=== WORK REQUEST ===
Copy every line of the data that includes the string "ELLIPSE".
*** Opening THE DATA ***
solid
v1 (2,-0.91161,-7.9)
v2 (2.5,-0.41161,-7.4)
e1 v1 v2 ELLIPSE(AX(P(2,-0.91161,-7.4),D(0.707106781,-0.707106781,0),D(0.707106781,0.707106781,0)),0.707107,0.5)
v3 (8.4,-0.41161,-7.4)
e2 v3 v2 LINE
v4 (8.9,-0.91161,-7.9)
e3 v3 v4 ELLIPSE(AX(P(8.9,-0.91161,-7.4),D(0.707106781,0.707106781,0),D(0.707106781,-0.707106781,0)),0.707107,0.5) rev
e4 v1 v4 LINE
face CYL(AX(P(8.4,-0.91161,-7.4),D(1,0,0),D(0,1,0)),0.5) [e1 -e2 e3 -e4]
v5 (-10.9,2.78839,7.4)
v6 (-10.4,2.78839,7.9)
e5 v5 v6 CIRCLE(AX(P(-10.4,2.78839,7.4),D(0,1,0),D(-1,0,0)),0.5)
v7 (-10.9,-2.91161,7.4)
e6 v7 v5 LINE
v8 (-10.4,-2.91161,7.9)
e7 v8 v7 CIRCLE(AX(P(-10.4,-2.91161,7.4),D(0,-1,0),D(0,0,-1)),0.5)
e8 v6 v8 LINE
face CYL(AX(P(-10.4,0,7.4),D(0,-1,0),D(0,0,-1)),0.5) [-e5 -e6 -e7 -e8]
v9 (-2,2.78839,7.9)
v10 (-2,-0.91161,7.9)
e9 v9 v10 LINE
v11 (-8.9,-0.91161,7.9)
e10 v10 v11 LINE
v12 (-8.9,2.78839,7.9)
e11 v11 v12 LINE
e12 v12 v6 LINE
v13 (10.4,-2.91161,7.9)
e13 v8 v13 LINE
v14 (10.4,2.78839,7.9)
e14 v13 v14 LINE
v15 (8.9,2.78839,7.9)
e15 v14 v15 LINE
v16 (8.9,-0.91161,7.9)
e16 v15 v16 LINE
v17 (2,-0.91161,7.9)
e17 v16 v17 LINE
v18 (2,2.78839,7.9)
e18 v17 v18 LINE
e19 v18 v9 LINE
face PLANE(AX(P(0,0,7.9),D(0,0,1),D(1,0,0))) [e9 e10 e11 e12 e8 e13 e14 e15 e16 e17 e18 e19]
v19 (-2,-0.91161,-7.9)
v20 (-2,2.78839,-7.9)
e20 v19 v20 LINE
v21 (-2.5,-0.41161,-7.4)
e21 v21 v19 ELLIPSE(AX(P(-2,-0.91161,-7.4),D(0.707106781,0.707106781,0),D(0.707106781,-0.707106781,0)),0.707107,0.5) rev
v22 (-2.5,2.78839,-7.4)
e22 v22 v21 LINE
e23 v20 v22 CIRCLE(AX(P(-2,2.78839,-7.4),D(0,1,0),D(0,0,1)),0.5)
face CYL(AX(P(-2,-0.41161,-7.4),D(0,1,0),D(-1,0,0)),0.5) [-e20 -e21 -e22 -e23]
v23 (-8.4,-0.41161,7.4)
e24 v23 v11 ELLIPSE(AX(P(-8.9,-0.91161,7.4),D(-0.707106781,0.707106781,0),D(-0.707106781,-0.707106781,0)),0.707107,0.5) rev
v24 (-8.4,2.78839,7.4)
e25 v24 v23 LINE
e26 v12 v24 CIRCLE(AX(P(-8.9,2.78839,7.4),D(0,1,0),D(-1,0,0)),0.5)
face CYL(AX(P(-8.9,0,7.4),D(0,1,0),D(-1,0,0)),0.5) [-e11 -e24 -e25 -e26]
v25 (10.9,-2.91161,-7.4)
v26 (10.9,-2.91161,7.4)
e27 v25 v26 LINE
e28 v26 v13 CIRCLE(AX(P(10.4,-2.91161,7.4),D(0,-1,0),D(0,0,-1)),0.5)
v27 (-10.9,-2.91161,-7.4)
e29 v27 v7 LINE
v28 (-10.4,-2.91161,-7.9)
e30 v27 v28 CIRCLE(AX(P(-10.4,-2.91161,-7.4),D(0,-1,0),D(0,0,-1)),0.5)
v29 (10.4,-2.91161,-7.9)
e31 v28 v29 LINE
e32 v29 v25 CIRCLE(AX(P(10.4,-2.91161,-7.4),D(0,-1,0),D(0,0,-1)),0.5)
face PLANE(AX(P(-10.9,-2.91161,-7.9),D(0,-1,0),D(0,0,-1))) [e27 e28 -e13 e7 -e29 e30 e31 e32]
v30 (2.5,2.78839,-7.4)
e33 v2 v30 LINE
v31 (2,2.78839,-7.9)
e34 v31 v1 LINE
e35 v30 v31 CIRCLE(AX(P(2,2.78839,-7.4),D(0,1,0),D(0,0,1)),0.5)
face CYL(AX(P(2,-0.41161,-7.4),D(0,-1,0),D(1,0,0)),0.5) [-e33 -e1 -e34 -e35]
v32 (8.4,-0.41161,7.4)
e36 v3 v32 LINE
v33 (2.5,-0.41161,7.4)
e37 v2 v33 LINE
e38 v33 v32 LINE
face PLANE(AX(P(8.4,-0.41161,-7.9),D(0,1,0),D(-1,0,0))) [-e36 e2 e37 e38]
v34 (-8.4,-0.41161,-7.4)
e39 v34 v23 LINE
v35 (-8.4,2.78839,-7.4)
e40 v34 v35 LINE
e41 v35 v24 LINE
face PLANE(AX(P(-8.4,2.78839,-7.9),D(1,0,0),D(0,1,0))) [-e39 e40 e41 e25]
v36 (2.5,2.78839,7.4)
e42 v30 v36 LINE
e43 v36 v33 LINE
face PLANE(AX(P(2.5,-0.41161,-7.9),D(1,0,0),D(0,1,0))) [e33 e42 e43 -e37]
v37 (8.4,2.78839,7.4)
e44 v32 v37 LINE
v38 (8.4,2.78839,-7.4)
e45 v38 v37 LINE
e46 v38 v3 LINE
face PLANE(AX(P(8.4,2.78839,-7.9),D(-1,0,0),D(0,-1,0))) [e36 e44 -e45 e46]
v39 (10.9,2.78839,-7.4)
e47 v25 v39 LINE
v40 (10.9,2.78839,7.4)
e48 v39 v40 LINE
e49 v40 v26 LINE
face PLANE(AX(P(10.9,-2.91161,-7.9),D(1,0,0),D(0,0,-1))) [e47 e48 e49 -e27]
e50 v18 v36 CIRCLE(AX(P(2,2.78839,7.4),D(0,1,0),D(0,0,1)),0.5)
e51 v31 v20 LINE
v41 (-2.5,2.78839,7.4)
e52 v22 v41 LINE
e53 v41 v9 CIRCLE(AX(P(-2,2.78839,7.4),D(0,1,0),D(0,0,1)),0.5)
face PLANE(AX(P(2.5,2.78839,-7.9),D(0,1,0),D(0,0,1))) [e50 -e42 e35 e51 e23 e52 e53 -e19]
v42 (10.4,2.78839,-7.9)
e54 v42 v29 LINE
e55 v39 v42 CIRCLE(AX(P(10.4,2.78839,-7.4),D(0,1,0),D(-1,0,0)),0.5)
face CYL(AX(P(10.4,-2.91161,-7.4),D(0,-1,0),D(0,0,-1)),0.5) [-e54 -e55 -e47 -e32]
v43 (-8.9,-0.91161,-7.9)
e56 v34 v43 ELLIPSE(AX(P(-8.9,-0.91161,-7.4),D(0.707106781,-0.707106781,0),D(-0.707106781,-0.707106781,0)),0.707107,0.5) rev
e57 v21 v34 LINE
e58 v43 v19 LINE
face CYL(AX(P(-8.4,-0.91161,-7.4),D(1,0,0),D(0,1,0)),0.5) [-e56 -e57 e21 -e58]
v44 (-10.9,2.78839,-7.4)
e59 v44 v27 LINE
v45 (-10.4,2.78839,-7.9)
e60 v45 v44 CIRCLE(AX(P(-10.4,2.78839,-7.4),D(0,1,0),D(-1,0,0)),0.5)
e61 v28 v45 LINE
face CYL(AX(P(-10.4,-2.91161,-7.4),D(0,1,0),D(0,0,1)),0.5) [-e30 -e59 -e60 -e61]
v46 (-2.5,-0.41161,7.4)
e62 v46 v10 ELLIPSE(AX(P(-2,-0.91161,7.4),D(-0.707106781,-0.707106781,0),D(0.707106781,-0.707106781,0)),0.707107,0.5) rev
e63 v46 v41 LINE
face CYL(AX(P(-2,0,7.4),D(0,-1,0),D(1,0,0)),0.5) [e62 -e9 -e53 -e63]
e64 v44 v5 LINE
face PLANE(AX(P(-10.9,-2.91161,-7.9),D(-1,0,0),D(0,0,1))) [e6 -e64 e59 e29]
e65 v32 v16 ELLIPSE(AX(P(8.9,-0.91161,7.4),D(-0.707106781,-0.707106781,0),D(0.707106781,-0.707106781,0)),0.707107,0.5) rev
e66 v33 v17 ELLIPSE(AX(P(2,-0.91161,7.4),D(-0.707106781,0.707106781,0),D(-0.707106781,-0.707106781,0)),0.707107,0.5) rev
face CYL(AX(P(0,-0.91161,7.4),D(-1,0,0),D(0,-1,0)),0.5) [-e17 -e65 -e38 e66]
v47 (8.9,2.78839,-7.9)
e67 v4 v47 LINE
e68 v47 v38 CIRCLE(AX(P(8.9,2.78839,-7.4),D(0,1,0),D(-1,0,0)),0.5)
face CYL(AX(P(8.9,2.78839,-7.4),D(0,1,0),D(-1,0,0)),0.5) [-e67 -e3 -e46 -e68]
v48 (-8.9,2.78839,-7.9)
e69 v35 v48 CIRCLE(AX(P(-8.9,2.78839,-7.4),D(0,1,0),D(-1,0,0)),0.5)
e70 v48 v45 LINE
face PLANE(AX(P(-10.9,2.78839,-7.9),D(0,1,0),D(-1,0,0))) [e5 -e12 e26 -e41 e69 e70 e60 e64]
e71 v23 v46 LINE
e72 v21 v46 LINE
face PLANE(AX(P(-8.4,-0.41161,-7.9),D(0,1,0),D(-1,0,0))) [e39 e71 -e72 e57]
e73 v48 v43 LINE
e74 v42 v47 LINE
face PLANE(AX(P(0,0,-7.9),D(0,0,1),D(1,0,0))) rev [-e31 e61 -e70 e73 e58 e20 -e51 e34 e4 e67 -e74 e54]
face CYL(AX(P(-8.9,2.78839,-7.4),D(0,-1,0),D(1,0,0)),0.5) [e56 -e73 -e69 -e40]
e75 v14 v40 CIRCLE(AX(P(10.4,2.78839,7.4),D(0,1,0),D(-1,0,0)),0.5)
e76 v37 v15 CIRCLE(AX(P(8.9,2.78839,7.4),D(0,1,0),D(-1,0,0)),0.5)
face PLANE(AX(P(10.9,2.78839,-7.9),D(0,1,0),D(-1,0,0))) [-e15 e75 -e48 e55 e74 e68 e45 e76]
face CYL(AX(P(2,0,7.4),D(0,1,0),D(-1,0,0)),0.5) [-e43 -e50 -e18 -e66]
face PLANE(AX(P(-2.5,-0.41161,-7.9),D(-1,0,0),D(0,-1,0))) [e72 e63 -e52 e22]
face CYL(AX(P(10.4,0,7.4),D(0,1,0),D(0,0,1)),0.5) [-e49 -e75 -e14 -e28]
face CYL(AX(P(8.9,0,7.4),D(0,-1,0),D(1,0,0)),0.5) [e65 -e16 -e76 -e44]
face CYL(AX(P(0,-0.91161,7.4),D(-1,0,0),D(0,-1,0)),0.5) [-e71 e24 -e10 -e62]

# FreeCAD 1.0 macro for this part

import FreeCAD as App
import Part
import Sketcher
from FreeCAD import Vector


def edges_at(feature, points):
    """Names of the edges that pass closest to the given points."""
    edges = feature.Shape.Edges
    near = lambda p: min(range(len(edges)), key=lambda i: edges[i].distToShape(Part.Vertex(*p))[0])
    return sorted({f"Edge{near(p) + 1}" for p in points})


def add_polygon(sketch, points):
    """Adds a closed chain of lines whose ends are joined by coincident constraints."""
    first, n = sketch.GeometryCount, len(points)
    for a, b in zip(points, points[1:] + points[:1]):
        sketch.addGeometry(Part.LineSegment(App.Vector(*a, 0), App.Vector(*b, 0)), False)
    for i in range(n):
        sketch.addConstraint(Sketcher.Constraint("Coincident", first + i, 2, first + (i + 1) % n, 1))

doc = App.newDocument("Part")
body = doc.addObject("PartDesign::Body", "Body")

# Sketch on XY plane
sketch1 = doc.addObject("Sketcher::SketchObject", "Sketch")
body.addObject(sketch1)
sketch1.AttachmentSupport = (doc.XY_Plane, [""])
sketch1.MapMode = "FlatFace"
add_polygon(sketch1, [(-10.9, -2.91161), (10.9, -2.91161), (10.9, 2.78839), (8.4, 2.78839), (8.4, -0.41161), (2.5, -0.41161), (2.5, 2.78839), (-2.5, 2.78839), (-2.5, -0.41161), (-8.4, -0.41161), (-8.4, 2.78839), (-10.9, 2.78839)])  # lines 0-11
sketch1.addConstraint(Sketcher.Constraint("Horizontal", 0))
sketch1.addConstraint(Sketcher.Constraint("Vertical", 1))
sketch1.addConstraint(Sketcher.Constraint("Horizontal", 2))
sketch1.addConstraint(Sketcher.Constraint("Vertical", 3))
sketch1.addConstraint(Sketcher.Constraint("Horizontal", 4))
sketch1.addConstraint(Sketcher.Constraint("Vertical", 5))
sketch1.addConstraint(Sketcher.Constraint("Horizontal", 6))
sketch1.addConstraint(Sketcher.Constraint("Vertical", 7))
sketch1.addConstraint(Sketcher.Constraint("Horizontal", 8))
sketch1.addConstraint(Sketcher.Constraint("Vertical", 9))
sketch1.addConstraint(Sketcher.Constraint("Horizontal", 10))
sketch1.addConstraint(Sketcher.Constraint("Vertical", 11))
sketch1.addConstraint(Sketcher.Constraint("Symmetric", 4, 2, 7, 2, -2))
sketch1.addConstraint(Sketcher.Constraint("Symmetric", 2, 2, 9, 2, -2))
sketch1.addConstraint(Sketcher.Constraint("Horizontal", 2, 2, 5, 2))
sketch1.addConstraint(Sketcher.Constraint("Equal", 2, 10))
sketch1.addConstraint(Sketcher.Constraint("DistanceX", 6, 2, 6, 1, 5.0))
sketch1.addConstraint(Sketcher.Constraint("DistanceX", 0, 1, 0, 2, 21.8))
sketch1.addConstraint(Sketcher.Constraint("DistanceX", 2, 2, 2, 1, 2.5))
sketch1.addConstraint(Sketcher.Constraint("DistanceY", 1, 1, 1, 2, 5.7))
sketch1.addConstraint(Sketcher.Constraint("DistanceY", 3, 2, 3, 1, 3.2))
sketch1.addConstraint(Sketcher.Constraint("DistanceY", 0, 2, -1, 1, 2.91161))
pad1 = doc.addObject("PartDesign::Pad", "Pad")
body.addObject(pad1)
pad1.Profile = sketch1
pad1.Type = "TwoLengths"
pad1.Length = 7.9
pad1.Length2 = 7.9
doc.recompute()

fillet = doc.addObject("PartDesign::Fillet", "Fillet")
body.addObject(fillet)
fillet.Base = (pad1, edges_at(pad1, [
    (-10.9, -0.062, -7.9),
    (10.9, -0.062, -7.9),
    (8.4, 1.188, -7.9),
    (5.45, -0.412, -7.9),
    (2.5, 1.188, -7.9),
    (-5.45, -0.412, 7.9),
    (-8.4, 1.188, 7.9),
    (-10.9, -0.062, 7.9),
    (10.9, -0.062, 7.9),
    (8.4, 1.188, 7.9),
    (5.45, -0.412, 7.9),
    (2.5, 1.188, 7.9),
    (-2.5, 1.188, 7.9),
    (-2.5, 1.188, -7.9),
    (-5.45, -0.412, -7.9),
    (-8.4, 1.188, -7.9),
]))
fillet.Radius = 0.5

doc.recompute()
*** Closing THE DATA ***
=== EXERCISE RESPONSE ===
e1 v1 v2 ELLIPSE(AX(P(2,-0.91161,-7.4),D(0.707106781,-0.707106781,0),D(0.707106781,0.707106781,0)),0.707107,0.5)
e3 v3 v4 ELLIPSE(AX(P(8.9,-0.91161,-7.4),D(0.707106781,0.707106781,0),D(0.707106781,-0.707106781,0)),0.707107,0.5) rev
e21 v21 v19 ELLIPSE(AX(P(-2,-0.91161,-7.4),D(0.707106781,0.707106781,0),D(0.707106781,-0.707106781,0)),0.707107,0.5) rev
e24 v23 v11 ELLIPSE(AX(P(-8.9,-0.91161,7.4),D(-0.707106781,0.707106781,0),D(-0.707106781,-0.707106781,0)),0.707107,0.5) rev
e56 v34 v43 ELLIPSE(AX(P(-8.9,-0.91161,-7.4),D(0.707106781,-0.707106781,0),D(-0.707106781,-0.707106781,0)),0.707107,0.5) rev
e62 v46 v10 ELLIPSE(AX(P(-2,-0.91161,7.4),D(-0.707106781,-0.707106781,0),D(0.707106781,-0.707106781,0)),0.707107,0.5) rev
e65 v32 v16 ELLIPSE(AX(P(8.9,-0.91161,7.4),D(-0.707106781,-0.707106781,0),D(0.707106781,-0.707106781,0)),0.707107,0.5) rev
e66 v33 v17 ELLIPSE(AX(P(2,-0.91161,7.4),D(-0.707106781,0.707106781,0),D(-0.707106781,-0.707106781,0)),0.707107,0.5) rev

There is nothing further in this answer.